天田城介・村上潔・山本崇記編『差異の繋争点――現代の差別を読み解く』

 天田城介さんからまたまたまた本をいただいた。天田さんとの「出会い」は、『社会学評論』に掲載された構築主義の論文の感想をブログに書いたことである。それを読んでくださった天田さんが、本を下さって、以来もらいっぱなしが続いている。申し訳ないかぎりである。チーム天田のことを調べるために立命のHPを拝見した。
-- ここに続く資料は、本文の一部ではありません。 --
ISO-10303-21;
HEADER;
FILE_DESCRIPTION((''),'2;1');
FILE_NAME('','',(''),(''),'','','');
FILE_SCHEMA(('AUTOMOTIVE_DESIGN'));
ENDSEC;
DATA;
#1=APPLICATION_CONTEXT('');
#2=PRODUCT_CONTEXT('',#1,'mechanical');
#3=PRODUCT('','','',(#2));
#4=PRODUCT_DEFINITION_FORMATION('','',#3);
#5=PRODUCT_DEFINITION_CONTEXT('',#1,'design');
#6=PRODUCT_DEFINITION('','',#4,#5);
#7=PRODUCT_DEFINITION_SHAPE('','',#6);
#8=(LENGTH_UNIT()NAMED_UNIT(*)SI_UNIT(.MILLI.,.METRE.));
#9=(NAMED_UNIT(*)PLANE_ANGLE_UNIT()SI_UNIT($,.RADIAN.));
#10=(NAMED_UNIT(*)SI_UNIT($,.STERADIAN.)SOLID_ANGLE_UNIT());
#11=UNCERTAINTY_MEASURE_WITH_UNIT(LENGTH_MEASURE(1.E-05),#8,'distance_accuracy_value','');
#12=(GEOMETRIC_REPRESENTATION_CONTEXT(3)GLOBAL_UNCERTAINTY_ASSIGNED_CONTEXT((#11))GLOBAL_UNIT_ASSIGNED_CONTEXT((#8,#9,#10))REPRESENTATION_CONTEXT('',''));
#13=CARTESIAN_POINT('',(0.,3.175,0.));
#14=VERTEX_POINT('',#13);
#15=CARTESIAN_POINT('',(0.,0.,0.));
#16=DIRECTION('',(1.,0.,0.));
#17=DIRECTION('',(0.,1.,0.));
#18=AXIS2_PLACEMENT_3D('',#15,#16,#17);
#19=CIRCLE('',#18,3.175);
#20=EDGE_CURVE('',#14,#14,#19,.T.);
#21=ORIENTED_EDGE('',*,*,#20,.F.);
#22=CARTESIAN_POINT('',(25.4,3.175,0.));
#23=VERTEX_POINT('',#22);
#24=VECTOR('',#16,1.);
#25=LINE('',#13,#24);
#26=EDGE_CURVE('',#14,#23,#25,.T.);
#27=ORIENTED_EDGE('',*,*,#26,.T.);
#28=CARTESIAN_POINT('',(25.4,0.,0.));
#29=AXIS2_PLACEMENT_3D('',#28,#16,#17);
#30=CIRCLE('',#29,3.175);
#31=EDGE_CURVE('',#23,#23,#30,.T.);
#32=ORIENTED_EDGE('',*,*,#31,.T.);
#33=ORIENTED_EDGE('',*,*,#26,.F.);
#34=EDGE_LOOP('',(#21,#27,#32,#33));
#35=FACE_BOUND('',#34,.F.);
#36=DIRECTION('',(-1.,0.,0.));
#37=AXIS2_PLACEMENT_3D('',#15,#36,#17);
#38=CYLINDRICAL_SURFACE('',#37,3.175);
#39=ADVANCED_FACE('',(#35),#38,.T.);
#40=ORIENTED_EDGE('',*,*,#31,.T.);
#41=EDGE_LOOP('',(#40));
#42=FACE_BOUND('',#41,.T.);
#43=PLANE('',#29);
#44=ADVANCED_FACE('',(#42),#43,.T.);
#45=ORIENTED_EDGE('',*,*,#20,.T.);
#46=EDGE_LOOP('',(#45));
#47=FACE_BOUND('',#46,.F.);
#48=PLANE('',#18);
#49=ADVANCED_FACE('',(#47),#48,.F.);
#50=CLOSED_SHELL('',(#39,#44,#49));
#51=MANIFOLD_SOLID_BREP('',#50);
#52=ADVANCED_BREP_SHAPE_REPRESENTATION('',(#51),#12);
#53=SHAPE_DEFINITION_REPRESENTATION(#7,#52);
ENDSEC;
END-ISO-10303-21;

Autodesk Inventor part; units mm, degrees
ref_plane "YZ Plane" through (0, 0, 0) normal (1, 0, 0) x (0, 1, 0)
ref_plane "XZ Plane" through (0, 0, 0) normal (0, 1, 0) x (-1, 0, 0)
ref_plane "XY Plane" through (0, 0, 0) normal (0, 0, 1) x (1, 0, 0)
sketch "Sketch1" plane through (0, 0, 0) normal (1, 0, 0) x (0, 1, 0)
  circle A0 centre (0, 0) radius 3.175
  dimension "d0" = 6.35
extrude "Extrusion1" add sketch "Sketch1" along normal blind 25.4
properties part number "pin"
すると、大学院時代同じゼミで勉強したG氏が天田さんの同僚になっていることをを知った。

差異の繋争点―現代の差別を読み解く

差異の繋争点―現代の差別を読み解く

 私のようなものに、お気遣いいただくのは本当に恐縮なのだが、私としては、非常に刺激的な本で、ごっちゃんと言わざるを得ない。内容の紹介や目次などは、立岩真也サイトに掲載されているので、リンクを貼るのにとどめる。
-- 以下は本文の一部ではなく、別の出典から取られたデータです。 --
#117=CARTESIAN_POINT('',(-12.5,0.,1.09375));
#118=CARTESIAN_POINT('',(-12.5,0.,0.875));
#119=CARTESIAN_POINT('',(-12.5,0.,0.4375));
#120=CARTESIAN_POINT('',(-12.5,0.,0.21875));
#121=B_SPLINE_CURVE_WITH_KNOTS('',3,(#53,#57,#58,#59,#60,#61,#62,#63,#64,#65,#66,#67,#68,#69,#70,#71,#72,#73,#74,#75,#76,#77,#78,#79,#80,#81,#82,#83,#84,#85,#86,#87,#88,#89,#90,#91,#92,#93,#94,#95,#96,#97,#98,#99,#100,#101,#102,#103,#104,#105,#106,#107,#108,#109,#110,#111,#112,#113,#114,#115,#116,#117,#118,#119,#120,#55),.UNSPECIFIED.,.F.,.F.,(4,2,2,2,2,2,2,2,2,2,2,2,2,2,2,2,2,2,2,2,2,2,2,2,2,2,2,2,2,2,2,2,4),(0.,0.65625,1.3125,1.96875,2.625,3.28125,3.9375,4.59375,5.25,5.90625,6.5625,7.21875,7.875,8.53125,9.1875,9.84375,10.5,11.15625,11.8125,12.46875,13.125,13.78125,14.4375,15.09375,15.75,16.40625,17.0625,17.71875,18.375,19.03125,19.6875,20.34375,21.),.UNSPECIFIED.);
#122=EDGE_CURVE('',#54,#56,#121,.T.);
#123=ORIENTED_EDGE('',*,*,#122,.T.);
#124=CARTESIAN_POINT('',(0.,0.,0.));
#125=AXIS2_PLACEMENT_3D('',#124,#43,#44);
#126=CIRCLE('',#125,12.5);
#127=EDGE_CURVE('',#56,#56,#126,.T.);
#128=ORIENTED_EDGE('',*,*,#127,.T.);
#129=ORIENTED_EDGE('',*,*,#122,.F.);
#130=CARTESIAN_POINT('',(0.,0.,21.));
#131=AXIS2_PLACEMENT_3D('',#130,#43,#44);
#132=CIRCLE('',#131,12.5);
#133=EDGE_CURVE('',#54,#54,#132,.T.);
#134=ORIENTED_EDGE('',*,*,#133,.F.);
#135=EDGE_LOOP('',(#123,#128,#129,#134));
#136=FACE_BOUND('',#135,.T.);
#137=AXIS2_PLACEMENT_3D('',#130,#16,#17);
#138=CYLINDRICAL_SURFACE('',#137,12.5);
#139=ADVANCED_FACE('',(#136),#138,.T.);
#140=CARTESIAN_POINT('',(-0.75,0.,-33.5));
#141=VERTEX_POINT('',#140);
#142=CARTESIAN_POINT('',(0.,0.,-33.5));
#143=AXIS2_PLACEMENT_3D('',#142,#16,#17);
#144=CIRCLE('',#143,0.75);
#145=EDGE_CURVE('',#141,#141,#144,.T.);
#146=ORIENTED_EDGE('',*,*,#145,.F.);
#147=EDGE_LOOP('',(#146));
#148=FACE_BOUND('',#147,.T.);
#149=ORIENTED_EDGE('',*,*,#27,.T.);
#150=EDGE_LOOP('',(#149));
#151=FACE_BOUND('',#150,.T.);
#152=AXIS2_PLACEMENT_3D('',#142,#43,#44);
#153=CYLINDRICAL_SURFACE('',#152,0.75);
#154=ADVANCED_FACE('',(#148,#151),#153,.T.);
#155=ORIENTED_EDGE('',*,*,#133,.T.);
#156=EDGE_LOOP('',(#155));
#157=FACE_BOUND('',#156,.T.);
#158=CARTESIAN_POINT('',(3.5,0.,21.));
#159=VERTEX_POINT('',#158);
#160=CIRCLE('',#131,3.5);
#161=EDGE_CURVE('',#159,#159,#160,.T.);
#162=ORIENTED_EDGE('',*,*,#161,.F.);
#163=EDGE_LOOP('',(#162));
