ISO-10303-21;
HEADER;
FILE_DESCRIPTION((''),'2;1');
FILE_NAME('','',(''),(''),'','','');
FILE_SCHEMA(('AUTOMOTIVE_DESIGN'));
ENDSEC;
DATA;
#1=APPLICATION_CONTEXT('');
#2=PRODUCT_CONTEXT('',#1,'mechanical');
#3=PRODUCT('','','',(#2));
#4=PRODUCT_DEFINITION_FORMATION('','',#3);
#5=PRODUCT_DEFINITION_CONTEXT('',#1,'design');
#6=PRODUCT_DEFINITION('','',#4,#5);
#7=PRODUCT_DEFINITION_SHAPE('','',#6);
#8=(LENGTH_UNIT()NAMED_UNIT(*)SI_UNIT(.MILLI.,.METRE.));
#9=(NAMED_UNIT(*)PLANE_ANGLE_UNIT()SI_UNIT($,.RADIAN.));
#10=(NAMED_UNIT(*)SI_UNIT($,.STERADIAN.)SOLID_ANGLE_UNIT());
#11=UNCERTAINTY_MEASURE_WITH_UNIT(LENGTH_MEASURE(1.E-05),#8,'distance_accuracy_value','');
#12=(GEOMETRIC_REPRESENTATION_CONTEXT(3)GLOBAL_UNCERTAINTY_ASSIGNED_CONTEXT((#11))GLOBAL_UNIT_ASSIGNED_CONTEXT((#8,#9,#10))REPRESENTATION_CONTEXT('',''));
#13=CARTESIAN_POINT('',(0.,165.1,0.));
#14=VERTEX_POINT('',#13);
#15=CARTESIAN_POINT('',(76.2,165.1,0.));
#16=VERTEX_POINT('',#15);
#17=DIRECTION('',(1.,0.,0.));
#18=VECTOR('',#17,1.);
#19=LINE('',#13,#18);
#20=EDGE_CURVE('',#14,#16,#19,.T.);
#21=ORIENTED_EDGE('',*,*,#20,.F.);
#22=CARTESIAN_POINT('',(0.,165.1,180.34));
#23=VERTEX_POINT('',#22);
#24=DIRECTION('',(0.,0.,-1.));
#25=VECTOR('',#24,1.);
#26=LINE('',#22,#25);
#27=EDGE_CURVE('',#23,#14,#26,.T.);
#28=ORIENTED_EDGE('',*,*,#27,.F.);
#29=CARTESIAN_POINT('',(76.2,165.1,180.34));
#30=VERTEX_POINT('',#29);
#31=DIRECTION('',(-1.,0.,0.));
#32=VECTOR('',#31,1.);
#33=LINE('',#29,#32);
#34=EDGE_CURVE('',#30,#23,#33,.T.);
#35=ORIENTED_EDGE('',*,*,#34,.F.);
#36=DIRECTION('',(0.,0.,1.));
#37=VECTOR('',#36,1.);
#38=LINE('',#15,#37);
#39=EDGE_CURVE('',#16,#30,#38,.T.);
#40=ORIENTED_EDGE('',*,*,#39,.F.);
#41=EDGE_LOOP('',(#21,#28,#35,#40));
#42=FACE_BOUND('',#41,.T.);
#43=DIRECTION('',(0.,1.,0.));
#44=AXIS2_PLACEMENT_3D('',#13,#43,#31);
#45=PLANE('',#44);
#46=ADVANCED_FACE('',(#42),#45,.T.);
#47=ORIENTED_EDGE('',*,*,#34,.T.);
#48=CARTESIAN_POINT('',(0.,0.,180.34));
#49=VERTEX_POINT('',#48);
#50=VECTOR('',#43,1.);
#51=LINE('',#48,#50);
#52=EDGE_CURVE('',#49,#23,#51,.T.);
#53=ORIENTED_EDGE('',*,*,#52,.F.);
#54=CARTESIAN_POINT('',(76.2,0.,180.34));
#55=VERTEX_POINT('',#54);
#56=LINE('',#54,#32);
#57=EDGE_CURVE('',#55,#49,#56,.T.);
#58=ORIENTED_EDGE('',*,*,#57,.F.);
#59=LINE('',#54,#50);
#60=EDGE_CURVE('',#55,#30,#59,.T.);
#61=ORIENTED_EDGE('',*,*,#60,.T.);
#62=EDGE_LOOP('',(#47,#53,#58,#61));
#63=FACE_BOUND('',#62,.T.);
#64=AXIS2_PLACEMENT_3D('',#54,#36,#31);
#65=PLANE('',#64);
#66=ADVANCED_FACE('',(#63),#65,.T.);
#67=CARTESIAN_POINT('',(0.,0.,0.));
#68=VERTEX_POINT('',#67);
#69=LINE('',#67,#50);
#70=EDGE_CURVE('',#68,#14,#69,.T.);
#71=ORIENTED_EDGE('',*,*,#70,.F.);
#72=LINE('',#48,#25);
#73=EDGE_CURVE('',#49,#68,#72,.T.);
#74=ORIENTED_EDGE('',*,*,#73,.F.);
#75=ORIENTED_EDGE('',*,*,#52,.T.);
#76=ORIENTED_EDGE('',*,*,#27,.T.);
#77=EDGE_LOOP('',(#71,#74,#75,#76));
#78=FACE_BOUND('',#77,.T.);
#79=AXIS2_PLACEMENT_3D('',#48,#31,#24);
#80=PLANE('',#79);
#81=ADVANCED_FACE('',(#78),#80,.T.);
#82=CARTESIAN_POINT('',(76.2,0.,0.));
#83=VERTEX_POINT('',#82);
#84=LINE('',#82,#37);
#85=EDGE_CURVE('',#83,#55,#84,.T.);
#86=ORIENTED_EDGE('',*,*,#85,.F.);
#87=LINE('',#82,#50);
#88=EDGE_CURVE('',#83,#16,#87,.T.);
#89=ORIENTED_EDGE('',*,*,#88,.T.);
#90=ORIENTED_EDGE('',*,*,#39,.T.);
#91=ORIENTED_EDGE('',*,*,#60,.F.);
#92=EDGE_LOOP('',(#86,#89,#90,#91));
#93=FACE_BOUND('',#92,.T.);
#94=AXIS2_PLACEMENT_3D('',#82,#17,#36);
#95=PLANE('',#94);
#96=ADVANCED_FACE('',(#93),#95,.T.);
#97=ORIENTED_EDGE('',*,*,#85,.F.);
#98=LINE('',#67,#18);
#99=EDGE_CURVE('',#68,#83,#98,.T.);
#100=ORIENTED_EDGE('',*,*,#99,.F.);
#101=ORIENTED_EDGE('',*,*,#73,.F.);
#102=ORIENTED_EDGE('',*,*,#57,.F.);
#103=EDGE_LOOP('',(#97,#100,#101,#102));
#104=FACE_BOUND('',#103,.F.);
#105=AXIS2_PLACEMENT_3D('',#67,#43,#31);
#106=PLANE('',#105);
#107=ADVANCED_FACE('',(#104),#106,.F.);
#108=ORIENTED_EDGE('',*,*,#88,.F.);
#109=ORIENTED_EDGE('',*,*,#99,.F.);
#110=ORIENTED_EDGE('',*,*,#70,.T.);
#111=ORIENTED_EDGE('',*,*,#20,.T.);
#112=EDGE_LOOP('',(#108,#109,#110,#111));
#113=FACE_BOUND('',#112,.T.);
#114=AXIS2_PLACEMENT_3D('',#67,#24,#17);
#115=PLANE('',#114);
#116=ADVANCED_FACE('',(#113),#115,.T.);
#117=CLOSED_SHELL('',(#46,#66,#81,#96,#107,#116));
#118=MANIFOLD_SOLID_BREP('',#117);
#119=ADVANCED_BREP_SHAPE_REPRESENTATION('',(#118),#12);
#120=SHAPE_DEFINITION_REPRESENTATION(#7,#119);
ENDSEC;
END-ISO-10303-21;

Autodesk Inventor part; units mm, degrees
ref_plane "YZ Plane" through (0, 0, 0) normal (1, 0, 0) x (0, 1, 0)
ref_plane "XZ Plane" through (0, 0, 0) normal (0, 1, 0) x (-1, 0, 0)
ref_plane "XY Plane" through (0, 0, 0) normal (0, 0, 1) x (1, 0, 0)
sketch "Sketch1" plane through (0, 0, 0) normal (0, 1, 0) x (-1, 0, 0)
  line L0 (0, 0) -> (-76.2, 0)
  line L1 (-76.2, 0) -> (-76.2, 180.34)
  line L2 (-76.2, 180.34) -> (0, 180.34)
  line L3 (0, 180.34) -> (0, 0)
  dimension "d0" = 76.2
  dimension "d1" = 180.34
extrude "Extrusion1" add sketch "Sketch1" along normal blind 165.1
properties part number "battery"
http://www.arsvi.com/b2010/1203aj.htm
 天田さんや、同書に執筆している有薗さんからは、マリノリティの問題がサブカルチャーの問題でもあることを教えていただいてきた。特に、有薗さんのマリノリティのマイノリティという知見は、研究会の発表で衝撃を受け、未公刊の論考の複写を入手して読み、自著に引用したりもした。ハンセン病患者のロックバンドなど、洞察力あふれる学問がどう展開してゆくか注目していたし、このような一つのステップを踏んだことをよろこばしく思う。
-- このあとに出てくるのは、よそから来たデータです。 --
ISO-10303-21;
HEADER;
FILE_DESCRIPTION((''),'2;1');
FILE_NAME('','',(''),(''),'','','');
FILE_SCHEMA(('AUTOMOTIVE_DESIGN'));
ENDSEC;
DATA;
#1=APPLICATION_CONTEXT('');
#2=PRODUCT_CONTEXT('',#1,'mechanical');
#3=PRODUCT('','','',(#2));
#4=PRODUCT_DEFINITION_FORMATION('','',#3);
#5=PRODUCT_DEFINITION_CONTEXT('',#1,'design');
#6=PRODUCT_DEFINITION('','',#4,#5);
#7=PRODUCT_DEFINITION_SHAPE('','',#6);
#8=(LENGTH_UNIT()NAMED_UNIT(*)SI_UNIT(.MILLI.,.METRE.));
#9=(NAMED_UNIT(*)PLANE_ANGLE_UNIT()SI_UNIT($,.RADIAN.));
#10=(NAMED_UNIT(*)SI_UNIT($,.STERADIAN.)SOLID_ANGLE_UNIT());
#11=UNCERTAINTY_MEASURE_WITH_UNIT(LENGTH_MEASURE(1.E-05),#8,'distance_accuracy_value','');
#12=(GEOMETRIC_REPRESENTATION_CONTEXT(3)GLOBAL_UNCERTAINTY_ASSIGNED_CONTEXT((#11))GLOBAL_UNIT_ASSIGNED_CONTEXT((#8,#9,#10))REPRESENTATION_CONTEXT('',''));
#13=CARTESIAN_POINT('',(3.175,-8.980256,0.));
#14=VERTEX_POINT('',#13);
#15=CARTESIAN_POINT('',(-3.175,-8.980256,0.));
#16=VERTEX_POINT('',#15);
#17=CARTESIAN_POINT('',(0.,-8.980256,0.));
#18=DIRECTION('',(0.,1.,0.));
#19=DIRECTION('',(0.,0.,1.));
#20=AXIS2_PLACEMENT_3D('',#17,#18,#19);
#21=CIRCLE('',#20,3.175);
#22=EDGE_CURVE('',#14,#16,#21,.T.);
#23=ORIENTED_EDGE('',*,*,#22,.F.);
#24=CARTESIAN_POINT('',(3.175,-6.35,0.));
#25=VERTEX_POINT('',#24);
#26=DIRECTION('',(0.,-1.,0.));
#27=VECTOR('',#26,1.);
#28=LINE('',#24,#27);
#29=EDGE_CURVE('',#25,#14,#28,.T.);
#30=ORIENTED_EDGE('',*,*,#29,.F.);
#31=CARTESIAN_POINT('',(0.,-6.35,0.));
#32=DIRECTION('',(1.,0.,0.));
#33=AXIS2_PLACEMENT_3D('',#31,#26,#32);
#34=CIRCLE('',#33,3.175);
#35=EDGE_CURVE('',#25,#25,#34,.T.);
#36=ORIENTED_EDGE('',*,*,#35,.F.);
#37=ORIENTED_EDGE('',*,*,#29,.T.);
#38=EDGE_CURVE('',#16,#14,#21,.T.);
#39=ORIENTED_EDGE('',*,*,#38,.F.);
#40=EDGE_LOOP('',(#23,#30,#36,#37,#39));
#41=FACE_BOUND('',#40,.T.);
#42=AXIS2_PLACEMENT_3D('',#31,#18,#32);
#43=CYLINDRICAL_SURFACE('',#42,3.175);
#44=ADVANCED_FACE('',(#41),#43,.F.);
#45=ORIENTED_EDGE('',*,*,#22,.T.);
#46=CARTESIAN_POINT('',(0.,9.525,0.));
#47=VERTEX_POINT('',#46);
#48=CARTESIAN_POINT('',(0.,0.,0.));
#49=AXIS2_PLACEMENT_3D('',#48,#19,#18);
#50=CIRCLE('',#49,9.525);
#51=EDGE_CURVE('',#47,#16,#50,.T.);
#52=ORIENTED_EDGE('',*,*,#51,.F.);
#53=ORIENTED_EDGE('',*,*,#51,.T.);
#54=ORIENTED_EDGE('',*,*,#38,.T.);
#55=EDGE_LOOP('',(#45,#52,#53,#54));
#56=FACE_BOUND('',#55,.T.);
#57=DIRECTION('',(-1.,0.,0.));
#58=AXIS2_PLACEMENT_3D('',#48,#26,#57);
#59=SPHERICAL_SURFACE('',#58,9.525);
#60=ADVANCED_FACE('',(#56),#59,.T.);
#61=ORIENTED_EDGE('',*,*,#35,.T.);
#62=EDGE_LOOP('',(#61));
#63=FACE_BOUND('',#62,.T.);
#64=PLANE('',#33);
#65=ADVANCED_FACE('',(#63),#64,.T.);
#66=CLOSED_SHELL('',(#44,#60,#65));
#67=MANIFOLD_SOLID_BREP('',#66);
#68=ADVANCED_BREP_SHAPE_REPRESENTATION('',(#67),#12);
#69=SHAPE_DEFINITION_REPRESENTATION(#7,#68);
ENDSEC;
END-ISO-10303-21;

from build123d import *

# Parameters (mm, degrees)
F3_R     = 3.175
F4_DEPTH = 25.4


with BuildPart() as f1:
    # F0 (on Top) → F1 (revolve)
    with BuildSketch(Plane.XY):
        with BuildLine():
            Line((0, -9.525), (0, 9.525))
            ThreePointArc((0, 9.525), (-9.525, 0), (0, -9.525))
        make_face()
    revolve(axis=Axis((0, 0, 0), (0, -1, 0)))


with BuildPart() as f4:
    # F3 (on offset) → F4 (new body)
    with BuildSketch(Plane.XZ.offset(6.35)):
        Circle(F3_R)
    extrude(amount=F4_DEPTH)


with BuildPart() as f1_1:
    add(f1.part)

    # F5: cut F4
    add(f4.part, mode=Mode.SUBTRACT)


solid = f1_1.part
 立岩真也がサイトに引用されている本書のタイトル=学問的な立場をめぐる次の一文は、マイノリティのマイノリティという知見と響き合羽ものであるように思った。「本書は、ありがちなマイノリティ研究とは違った現実を描きたいという思いを、「差異の繋争点」という奇妙な造語に託して編んだ本だ。本書の目次・構成・内容等については本書のページを参照していただくとして、この本はマイノリティをめぐる現実では〈繋がり〉と〈争い〉を避けて通ることが困難である、という「身も蓋もない現実」を描きたくてまとめたものだ。マイノリティ研究とはしばしば様々な「喧嘩の火種」が燻る中に飛び込むようにして思考することでもある。「地雷を踏む」「踏み絵を踏まされる」「火中の栗を拾う」ようなこともあるだろう。それはしんどいこともあるが、困難な中でも私たちに思考の導きを与えてくれる。そう信じてよい。」
 学生時代に富津のノリ養殖漁民の人たちの調査に行き、「オレたちは調査ゴロ、環境ゴロは一切信用しない」と洗礼を受け、しかし、漁協の方たち数十名で話をしてくださったことが、私の学びの原点となっている。そして、そのとき一緒に調査に行った同級生は、その後もずっとノリ養殖の手伝いに行き、教師になって現代社会の教科書を執筆したときもノリ養殖について執筆している。今は、柏にある県立の進学校にいるが、まったくぶれるところがない。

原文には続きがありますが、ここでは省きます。